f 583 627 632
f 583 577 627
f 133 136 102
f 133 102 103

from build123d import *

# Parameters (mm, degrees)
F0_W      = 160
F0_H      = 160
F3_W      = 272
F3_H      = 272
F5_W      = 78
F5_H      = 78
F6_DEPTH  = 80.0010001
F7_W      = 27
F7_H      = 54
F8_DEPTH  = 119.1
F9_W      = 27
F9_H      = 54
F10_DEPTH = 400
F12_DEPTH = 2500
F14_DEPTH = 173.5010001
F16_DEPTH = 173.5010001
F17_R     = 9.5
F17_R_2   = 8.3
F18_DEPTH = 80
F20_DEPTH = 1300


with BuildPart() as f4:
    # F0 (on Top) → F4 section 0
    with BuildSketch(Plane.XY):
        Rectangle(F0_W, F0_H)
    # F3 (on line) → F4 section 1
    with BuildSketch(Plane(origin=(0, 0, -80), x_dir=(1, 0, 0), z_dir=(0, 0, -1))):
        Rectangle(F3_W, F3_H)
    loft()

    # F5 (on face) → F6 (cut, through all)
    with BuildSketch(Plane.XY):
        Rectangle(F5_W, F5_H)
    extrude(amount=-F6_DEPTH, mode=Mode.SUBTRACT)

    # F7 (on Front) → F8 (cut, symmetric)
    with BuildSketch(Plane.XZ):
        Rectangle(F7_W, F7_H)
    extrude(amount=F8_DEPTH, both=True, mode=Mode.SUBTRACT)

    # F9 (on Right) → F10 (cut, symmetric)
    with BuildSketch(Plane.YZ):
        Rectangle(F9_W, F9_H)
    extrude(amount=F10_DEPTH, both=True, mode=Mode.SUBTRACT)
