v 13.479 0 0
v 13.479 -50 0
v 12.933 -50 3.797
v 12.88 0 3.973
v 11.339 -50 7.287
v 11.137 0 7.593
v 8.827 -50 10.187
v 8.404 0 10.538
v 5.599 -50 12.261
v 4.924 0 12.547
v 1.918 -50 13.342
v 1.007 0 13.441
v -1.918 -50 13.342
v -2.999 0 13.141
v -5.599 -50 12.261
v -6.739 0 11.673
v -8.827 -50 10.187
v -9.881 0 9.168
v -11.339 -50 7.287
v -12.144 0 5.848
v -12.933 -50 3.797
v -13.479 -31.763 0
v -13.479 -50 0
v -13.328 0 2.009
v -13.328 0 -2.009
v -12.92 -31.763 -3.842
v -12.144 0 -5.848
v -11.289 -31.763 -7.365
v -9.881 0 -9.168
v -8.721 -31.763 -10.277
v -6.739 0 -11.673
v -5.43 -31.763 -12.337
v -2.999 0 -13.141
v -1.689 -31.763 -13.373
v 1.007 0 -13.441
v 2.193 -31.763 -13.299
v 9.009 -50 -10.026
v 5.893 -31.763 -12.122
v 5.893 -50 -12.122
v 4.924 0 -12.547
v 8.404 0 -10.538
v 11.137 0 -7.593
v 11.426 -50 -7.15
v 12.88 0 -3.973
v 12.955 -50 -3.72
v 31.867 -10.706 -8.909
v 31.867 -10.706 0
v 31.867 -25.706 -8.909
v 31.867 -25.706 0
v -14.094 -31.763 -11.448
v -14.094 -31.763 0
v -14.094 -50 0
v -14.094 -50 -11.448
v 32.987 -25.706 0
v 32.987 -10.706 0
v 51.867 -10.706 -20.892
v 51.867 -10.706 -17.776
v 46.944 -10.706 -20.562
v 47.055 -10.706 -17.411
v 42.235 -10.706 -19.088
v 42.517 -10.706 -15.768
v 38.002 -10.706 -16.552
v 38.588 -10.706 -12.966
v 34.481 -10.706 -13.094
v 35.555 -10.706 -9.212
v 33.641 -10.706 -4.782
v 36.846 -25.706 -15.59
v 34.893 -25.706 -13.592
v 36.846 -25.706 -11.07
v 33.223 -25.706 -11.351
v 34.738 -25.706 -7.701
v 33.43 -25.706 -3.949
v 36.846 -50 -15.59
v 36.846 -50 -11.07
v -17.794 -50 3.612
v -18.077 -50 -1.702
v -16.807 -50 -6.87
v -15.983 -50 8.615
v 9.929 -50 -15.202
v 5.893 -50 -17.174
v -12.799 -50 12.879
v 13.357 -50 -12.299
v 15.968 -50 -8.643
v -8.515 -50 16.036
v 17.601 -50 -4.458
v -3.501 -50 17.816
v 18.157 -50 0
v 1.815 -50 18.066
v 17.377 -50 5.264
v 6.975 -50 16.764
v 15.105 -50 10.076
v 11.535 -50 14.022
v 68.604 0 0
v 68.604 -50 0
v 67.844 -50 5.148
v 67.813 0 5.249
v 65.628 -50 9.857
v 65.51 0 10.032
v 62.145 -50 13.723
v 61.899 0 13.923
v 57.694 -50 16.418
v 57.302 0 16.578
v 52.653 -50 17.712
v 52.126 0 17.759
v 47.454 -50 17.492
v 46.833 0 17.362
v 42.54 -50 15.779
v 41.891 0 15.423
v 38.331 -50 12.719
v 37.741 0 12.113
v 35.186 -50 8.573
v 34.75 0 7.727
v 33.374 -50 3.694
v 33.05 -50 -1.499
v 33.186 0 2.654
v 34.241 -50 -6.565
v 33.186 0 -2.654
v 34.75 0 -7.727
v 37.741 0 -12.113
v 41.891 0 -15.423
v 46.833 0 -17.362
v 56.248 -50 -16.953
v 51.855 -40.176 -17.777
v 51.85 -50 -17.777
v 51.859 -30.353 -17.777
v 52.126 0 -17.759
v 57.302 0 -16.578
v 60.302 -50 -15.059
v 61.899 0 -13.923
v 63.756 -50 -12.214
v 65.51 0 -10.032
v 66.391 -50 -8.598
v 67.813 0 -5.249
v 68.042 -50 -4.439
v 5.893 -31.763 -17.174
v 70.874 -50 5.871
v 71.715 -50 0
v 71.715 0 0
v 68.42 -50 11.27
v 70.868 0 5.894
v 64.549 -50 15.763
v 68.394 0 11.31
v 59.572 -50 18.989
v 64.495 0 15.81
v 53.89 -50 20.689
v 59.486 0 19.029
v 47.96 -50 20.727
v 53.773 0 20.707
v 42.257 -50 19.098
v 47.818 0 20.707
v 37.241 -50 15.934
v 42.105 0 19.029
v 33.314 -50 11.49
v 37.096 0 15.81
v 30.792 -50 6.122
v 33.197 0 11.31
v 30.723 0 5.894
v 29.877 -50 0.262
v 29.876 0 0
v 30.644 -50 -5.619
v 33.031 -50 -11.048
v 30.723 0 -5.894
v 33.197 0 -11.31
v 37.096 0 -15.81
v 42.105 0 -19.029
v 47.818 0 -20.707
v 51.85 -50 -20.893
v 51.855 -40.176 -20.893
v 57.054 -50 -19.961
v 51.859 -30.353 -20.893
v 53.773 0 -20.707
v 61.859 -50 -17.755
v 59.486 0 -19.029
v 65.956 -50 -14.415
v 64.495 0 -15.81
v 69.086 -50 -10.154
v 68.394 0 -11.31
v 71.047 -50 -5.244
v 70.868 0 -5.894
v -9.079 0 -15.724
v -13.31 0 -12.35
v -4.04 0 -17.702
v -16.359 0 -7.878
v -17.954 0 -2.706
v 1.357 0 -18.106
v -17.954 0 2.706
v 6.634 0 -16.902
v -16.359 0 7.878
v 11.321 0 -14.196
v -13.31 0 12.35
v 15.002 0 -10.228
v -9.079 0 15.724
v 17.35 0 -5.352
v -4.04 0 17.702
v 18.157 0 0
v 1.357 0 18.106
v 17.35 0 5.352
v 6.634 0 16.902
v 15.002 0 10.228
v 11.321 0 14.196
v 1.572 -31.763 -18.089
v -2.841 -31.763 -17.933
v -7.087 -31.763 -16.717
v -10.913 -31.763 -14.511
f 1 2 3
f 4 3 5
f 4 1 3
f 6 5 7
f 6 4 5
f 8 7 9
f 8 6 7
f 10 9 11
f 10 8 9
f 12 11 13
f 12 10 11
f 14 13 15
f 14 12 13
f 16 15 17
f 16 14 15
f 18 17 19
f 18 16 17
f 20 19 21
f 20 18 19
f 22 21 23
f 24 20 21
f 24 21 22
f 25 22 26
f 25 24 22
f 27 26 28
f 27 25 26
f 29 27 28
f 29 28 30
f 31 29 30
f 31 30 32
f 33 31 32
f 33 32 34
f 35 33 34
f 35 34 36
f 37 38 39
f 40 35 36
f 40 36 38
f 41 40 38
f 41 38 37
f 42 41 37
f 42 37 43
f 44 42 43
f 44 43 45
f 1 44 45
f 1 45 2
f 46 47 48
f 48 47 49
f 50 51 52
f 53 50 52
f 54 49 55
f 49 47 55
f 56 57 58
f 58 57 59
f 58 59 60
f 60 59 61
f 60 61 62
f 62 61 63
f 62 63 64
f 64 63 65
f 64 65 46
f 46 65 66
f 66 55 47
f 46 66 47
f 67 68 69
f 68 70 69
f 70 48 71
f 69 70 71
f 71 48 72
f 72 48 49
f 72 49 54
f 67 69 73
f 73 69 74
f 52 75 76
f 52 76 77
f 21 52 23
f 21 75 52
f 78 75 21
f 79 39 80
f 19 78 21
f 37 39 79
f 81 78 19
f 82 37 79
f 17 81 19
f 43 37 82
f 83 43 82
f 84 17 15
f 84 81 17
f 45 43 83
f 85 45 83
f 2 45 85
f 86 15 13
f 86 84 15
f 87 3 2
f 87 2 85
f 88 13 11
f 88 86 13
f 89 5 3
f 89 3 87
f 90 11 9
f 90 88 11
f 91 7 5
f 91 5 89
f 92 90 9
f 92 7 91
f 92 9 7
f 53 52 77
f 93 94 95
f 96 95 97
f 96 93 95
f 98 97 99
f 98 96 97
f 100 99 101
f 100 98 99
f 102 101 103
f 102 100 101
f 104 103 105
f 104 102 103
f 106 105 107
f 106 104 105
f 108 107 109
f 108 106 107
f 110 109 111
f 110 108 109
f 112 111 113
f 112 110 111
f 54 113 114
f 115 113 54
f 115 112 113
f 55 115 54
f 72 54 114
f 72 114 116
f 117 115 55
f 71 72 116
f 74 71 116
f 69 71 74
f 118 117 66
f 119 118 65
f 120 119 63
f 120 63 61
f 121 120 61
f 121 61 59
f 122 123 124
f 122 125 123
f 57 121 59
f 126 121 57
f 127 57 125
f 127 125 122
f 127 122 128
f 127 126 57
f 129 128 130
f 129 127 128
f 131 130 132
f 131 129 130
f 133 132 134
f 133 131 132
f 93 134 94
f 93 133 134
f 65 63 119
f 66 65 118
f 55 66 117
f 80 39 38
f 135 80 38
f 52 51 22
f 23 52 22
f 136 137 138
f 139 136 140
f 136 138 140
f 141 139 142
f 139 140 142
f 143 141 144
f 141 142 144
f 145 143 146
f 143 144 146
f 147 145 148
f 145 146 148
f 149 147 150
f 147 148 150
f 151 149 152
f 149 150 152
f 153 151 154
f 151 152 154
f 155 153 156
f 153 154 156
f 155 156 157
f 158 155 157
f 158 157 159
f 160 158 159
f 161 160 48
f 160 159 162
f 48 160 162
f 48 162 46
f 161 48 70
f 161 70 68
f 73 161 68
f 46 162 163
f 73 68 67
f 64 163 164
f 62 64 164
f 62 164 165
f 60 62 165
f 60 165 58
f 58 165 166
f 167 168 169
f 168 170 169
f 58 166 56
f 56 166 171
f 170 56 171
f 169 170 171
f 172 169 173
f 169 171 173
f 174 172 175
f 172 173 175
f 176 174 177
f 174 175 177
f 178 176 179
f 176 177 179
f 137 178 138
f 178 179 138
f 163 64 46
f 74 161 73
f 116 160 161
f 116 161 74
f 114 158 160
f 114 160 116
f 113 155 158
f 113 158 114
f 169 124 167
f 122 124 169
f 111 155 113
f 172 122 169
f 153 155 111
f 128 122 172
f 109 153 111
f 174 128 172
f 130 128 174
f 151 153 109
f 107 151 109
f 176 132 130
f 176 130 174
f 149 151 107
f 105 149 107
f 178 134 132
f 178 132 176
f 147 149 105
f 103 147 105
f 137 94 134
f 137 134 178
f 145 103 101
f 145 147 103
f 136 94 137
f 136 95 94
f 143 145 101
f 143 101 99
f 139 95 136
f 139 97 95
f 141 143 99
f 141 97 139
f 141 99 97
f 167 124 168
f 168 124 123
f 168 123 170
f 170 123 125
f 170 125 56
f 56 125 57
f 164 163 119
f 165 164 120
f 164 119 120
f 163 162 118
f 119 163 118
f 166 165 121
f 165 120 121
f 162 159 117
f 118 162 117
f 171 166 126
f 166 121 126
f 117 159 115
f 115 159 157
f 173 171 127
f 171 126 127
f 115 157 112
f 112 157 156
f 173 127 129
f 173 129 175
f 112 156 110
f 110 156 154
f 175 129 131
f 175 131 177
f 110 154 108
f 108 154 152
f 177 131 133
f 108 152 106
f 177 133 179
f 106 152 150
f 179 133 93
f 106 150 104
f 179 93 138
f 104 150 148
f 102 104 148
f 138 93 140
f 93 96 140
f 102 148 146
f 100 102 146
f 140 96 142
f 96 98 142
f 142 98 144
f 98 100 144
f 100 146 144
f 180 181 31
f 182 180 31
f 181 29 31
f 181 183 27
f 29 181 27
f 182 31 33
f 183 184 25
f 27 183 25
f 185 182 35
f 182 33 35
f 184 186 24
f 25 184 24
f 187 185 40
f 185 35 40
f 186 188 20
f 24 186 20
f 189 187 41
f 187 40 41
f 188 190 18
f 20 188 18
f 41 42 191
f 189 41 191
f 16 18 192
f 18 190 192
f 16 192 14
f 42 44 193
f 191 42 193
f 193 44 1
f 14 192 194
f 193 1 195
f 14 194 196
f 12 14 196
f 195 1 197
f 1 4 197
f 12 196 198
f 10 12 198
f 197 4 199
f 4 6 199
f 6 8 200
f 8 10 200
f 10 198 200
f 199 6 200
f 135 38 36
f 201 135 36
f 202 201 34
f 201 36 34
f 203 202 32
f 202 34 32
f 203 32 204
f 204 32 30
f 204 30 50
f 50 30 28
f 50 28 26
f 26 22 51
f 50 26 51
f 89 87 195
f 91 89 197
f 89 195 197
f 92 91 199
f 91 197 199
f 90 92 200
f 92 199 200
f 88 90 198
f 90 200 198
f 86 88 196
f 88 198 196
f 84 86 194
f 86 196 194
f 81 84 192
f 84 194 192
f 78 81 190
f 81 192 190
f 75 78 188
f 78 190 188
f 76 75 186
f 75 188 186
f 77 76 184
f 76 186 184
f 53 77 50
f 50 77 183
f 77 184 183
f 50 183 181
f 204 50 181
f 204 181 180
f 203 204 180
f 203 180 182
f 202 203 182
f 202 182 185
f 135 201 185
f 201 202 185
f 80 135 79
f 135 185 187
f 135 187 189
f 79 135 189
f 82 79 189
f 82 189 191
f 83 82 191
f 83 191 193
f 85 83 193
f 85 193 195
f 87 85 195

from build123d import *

# Parameters (mm, degrees)
F0_R     = 18.15707
F0_R_2   = 13.478783
F1_DEPTH = 50
F3_DEPTH = 25
F4_R     = 20.91971
F4_R_2   = 17.808655
F5_DEPTH = 50
F7_DEPTH = 25


with BuildPart() as f1:
    # F0 (on Front) → F1 (new body)
    with BuildSketch(Plane.XZ):
        Circle(F0_R)
        Circle(F0_R_2, mode=Mode.SUBTRACT)
    extrude(amount=F1_DEPTH)

    # F2 (on Top) → F3 (cut)
    with BuildSketch(Plane.XY):
        Polygon((-14.093754, -31.762581), (-14.093754, -66.762581), (5.892819, -66.029838), (5.892819, -31.762581), align=None)
    extrude(amount=-F3_DEPTH, mode=Mode.SUBTRACT)


with BuildPart() as f5:
    # F4 (on Front) → F5 (new body)
    with BuildSketch(Plane.XZ):
        with Locations((50.795469, 0)):
            Circle(F4_R)
        with Locations((50.795469, 0)):
            Circle(F4_R_2, mode=Mode.SUBTRACT)
    extrude(amount=F5_DEPTH)

    # F6 (on Top) → F7 (cut)
    with BuildSketch(Plane.XY):
        Polygon((36.845692, -60.705871), (51.845692, -60.705871), (51.867453, -10.705876), (31.867453, -10.705876), (31.867453, -25.705876), (36.845692, -25.705876), align=None)
    extrude(amount=-F7_DEPTH, mode=Mode.SUBTRACT)


solid = Compound([f1.part, f5.part])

:: TASK DESCRIPTION ::
In the entries above, the lines from the one bearing "v 34.481 -10.706 -13.094" up to and including the one bearing "v 68.42 -50 11.27" should be transcribed exactly; no other line is wanted.

:: RESPONSE TO THIS TASK ::
v 34.481 -10.706 -13.094
v 35.555 -10.706 -9.212
v 33.641 -10.706 -4.782
v 36.846 -25.706 -15.59
v 34.893 -25.706 -13.592
v 36.846 -25.706 -11.07
v 33.223 -25.706 -11.351
v 34.738 -25.706 -7.701
v 33.43 -25.706 -3.949
v 36.846 -50 -15.59
v 36.846 -50 -11.07
v -17.794 -50 3.612
v -18.077 -50 -1.702
v -16.807 -50 -6.87
v -15.983 -50 8.615
v 9.929 -50 -15.202
v 5.893 -50 -17.174
v -12.799 -50 12.879
v 13.357 -50 -12.299
v 15.968 -50 -8.643
v -8.515 -50 16.036
v 17.601 -50 -4.458
v -3.501 -50 17.816
v 18.157 -50 0
v 1.815 -50 18.066
v 17.377 -50 5.264
v 6.975 -50 16.764
v 15.105 -50 10.076
v 11.535 -50 14.022
v 68.604 0 0
v 68.604 -50 0
v 67.844 -50 5.148
v 67.813 0 5.249
v 65.628 -50 9.857
v 65.51 0 10.032
v 62.145 -50 13.723
v 61.899 0 13.923
v 57.694 -50 16.418
v 57.302 0 16.578
v 52.653 -50 17.712
v 52.126 0 17.759
v 47.454 -50 17.492
v 46.833 0 17.362
v 42.54 -50 15.779
v 41.891 0 15.423
v 38.331 -50 12.719
v 37.741 0 12.113
v 35.186 -50 8.573
v 34.75 0 7.727
v 33.374 -50 3.694
v 33.05 -50 -1.499
v 33.186 0 2.654
v 34.241 -50 -6.565
v 33.186 0 -2.654
v 34.75 0 -7.727
v 37.741 0 -12.113
v 41.891 0 -15.423
v 46.833 0 -17.362
v 56.248 -50 -16.953
v 51.855 -40.176 -17.777
v 51.85 -50 -17.777
v 51.859 -30.353 -17.777
v 52.126 0 -17.759
v 57.302 0 -16.578
v 60.302 -50 -15.059
v 61.899 0 -13.923
v 63.756 -50 -12.214
v 65.51 0 -10.032
v 66.391 -50 -8.598
v 67.813 0 -5.249
v 68.042 -50 -4.439
v 5.893 -31.763 -17.174
v 70.874 -50 5.871
v 71.715 -50 0
v 71.715 0 0
v 68.42 -50 11.27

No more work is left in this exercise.